Cell Adhesion Kinase β Forms a Complex with a New Member, Hic-5, of Proteins Localized at Focal Adhesions

Cell adhesion kinase β (CAKβ/PYK2) is the second protein-tyrosine kinase of the focal adhesion kinase subfamily. We identified a cDNA that encodes a CAKβ-binding protein. This cDNA clone encodes the human homologue of Hic-5, the cDNA of which was cloned in 1994 as transforming growth factor β1- and hydrogen peroxide-inducible mRNA. We found that Hic-5 exclusively localized at focal adhesions in a rat fibroblast line, WFB. This localization of Hic-5 was confirmed in WFB cells expressing Myc-tagged Hic-5. The amino acid sequence of Hic-5 is highly similar to that of paxillin in the four LD motifs as well as in the four contiguous LIM domains. The Hic-5 N-terminal domain directly associated in vitrowith the extreme C-terminal region (residue 801 to the end) of CAKβ. CAKβ was coimmunoprecipitated with Hic-5 from the WFB cell lysate.

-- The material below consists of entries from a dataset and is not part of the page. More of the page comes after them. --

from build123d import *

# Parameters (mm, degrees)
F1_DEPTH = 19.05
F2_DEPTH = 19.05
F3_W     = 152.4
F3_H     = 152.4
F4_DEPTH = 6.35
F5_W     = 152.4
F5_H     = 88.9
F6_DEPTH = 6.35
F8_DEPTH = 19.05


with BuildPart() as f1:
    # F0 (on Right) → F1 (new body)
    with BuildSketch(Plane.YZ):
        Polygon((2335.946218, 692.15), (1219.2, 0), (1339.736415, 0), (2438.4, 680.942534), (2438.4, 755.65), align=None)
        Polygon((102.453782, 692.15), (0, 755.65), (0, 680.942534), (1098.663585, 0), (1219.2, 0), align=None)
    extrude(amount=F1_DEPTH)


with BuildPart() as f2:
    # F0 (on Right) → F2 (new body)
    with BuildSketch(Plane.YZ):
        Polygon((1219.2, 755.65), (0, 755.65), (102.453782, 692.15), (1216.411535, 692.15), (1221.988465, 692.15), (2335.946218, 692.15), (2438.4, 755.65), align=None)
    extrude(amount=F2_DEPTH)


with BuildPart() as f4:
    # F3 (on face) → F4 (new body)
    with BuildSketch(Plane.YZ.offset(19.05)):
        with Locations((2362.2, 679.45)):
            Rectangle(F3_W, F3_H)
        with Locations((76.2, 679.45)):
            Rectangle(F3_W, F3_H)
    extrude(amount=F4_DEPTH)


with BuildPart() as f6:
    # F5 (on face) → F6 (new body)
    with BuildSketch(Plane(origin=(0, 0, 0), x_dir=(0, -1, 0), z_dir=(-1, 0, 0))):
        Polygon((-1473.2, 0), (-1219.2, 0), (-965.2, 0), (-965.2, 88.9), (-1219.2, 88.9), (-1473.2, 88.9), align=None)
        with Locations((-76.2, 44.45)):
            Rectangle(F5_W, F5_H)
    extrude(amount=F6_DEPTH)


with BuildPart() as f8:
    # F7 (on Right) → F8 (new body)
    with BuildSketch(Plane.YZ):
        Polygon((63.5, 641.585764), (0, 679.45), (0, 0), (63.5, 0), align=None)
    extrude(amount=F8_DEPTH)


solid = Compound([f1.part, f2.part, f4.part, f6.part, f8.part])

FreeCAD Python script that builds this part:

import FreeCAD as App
import Part
import Sketcher
from FreeCAD import Vector
Q = App.Units.Quantity


def add_polygon(sketch, points):
    """Adds a closed chain of lines whose ends are joined by coincident constraints."""
    first, n = sketch.GeometryCount, len(points)
    for a, b in zip(points, points[1:] + points[:1]):
        sketch.addGeometry(Part.LineSegment(App.Vector(*a, 0), App.Vector(*b, 0)), False)
    for i in range(n):
        sketch.addConstraint(Sketcher.Constraint("Coincident", first + i, 2, first + (i + 1) % n, 1))

doc = App.newDocument("Part")
body = doc.addObject("PartDesign::Body", "Body")
body.AllowCompound = True

sketch1 = doc.addObject("Sketcher::SketchObject", "Sketch")
body.addObject(sketch1)
sketch1.AttachmentSupport = (doc.YZ_Plane, [""])
sketch1.MapMode = "FlatFace"
add_polygon(sketch1, [(2336, 692), (1219, 0), (1340, 0), (2438, 681), (2438, 756)])
add_polygon(sketch1, [(102, 692), (0, 756), (0, 681), (1099, 0), (1219, 0)])
sketch1.addConstraint([
    Sketcher.Constraint("Horizontal", 1),
    Sketcher.Constraint("Vertical", 3),
    Sketcher.Constraint("Vertical", 6),
    Sketcher.Constraint("Horizontal", 8),
    Sketcher.Constraint("Coincident", 8, 2, 0, 2),
    Sketcher.Constraint("PointOnObject", 0, 2, -1),
    Sketcher.Constraint("PointOnObject", 5, 2, -2),
    Sketcher.Constraint("Parallel", 0, 2),
    Sketcher.Constraint("Parallel", 2, 4),
    Sketcher.Constraint("Parallel", 5, 7),
    Sketcher.Constraint("Parallel", 7, 9),
    Sketcher.Constraint("Horizontal", 3, 2, 5, 2),
    Sketcher.Constraint("Horizontal", 2, 2, 6, 2),
    Sketcher.Constraint("Horizontal", 4, 2, 9, 2),
    Sketcher.Constraint("Equal", 1, 8),
    Sketcher.Constraint("DistanceX", -1, 1, 0, 2, Q("48 in")),
    Sketcher.Constraint("DistanceY", 4, 2, 3, 2, Q("2.5 in")),
    Sketcher.Constraint("DistanceY", -1, 1, 3, 2, Q("29.75 in")),
    Sketcher.Constraint("DistanceX", 1, 1, 1, 2, 120.536415),
])
pad1 = doc.addObject("PartDesign::Pad", "Pad")
body.addObject(pad1)
pad1.Profile = sketch1
pad1.Length = Q("0.75 in")
body2 = doc.addObject("PartDesign::Body", "Body001")

sketch2 = doc.addObject("Sketcher::SketchObject", "Sketch001")
body2.addObject(sketch2)
sketch2.AttachmentSupport = (doc.getObject("YZ_Plane001"), [""])
sketch2.MapMode = "FlatFace"
add_polygon(sketch2, [(0, 756), (102, 692), (2336, 692), (2438, 756)])
sketch2.addConstraint([
    Sketcher.Constraint("Horizontal", 1),
    Sketcher.Constraint("Horizontal", 3),
    Sketcher.Constraint("PointOnObject", 3, 2, -2),
    Sketcher.Constraint("Equal", 0, 2),
    Sketcher.Constraint("DistanceX", 3, 2, 3, 1, Q("96 in")),
    Sketcher.Constraint("DistanceY", 1, 2, 2, 2, Q("2.5 in")),
    Sketcher.Constraint("DistanceY", -1, 1, 0, 2, Q("27.25 in")),
    Sketcher.Constraint("DistanceX", 1, 1, 1, 2, 2233.492436),
])
pad2 = doc.addObject("PartDesign::Pad", "Pad001")
body2.addObject(pad2)
pad2.Profile = sketch2
pad2.Length = Q("0.75 in")
body3 = doc.addObject("PartDesign::Body", "Body002")
body3.AllowCompound = True

sketch3 = doc.addObject("Sketcher::SketchObject", "Sketch002")
body3.addObject(sketch3)
sketch3.AttachmentSupport = (doc.getObject("YZ_Plane002"), [""])
sketch3.MapMode = "FlatFace"
sketch3.AttachmentOffset = App.Placement(Vector(0, 0, 0.75 * 25.4), App.Rotation())
add_polygon(sketch3, [(2286, 756), (2286, 603), (2438, 603), (2438, 756)])
add_polygon(sketch3, [(0, 756), (0, 603), (152, 603), (152, 756)])
sketch3.addConstraint([
    Sketcher.Constraint("Vertical", 0),
    Sketcher.Constraint("Horizontal", 1),
    Sketcher.Constraint("Vertical", 2),
    Sketcher.Constraint("Horizontal", 3),
    Sketcher.Constraint("Vertical", 4),
    Sketcher.Constraint("Horizontal", 5),
    Sketcher.Constraint("Vertical", 6),
    Sketcher.Constraint("Horizontal", 7),
    Sketcher.Constraint("PointOnObject", 4, 2, -2),
    Sketcher.Constraint("Horizontal", 1, 2, 4, 2),
    Sketcher.Constraint("Horizontal", 3, 2, 6, 2),
    Sketcher.Constraint("Equal", 3, 5),
    Sketcher.Constraint("Equal", 7, 0),
    Sketcher.Constraint("DistanceX", 1, 1, 1, 2, Q("6 in")),
    Sketcher.Constraint("DistanceX", -1, 1, 0, 2, Q("90 in")),
    Sketcher.Constraint("DistanceY", -1, 1, 0, 2, Q("23.75 in")),
])
pad3 = doc.addObject("PartDesign::Pad", "Pad002")
body3.addObject(pad3)
pad3.Profile = sketch3
pad3.Length = Q("0.25 in")
body4 = doc.addObject("PartDesign::Body", "Body003")
body4.AllowCompound = True

sketch4 = doc.addObject("Sketcher::SketchObject", "Sketch003")
body4.addObject(sketch4)
sketch4.AttachmentSupport = (doc.getObject("YZ_Plane003"), [""])
sketch4.MapMode = "FlatFace"
add_polygon(sketch4, [(1473, 0), (965, 0), (965, 89), (1473, 89)])
add_polygon(sketch4, [(152, 89), (152, 0), (0, 0), (0, 89)])
sketch4.addConstraint([
    Sketcher.Constraint("Horizontal", 0),
    Sketcher.Constraint("Vertical", 1),
    Sketcher.Constraint("Horizontal", 2),
    Sketcher.Constraint("Vertical", 3),
    Sketcher.Constraint("Vertical", 4),
    Sketcher.Constraint("Horizontal", 5),
    Sketcher.Constraint("Vertical", 6),
    Sketcher.Constraint("Horizontal", 7),
    Sketcher.Constraint("Coincident", 5, 2, -1, 1),
    Sketcher.Constraint("PointOnObject", 0, 2, -1),
    Sketcher.Constraint("Horizontal", 2, 2, 6, 2),
    Sketcher.Constraint("DistanceX", 0, 2, 0, 1, Q("20 in")),
    Sketcher.Constraint("DistanceX", 5, 2, 5, 1, Q("6 in")),
    Sketcher.Constraint("DistanceY", 1, 1, 1, 2, Q("3.5 in")),
    Sketcher.Constraint("DistanceX", -1, 1, 0, 2, Q("38 in")),
])
pad4 = doc.addObject("PartDesign::Pad", "Pad003")
body4.addObject(pad4)
pad4.Profile = sketch4
pad4.Length = Q("0.25 in")
pad4.Reversed = True
body5 = doc.addObject("PartDesign::Body", "Body004")

sketch5 = doc.addObject("Sketcher::SketchObject", "Sketch004")
body5.addObject(sketch5)
sketch5.AttachmentSupport = (doc.getObject("YZ_Plane004"), [""])
sketch5.MapMode = "FlatFace"
add_polygon(sketch5, [(64, 642), (0, 679), (0, 0), (64, 0)])
sketch5.addConstraint([
    Sketcher.Constraint("Vertical", 1),
    Sketcher.Constraint("Horizontal", 2),
    Sketcher.Constraint("Vertical", 3),
    Sketcher.Constraint("Coincident", 1, 2, -1, 1),
    Sketcher.Constraint("DistanceX", 2, 1, 2, 2, Q("2.5 in")),
    Sketcher.Constraint("DistanceY", 1, 2, 1, 1, Q("26.75 in")),
    Sketcher.Constraint("DistanceY", 3, 1, 3, 2, 641.585764),
])
pad5 = doc.addObject("PartDesign::Pad", "Pad004")
body5.addObject(pad5)
pad5.Profile = sketch5
pad5.Length = Q("0.75 in")

doc.recompute()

The coimmunoprecipitation of CAKβ with Hic-5 was markedly inhibited by the addition of the extreme C-terminal region of CAKβ. Coimmunoprecipitation of Hic-5 with CAKβ, which was shown in COS-7 cells doubly transfected with cDNA constructs of CAKβ and Myc-tagged Hic-5, was lost when the CAKβ amino acid residues 741–903 were deleted. Hic-5 was tyrosine-phosphorylated in Src-transformed 3Y1 cells and in cells treated with pervanadate. Hic-5 associated with CAKβ was selectively tyrosine-phosphorylated in WFB cells exposed to hypertonic osmotic stress. These results indicate that Hic-5 is a paxillin-related component of focal adhesions and binds to CAKβ, implying possible involvement of Hic-5 in the downstream signaling of CAKβ.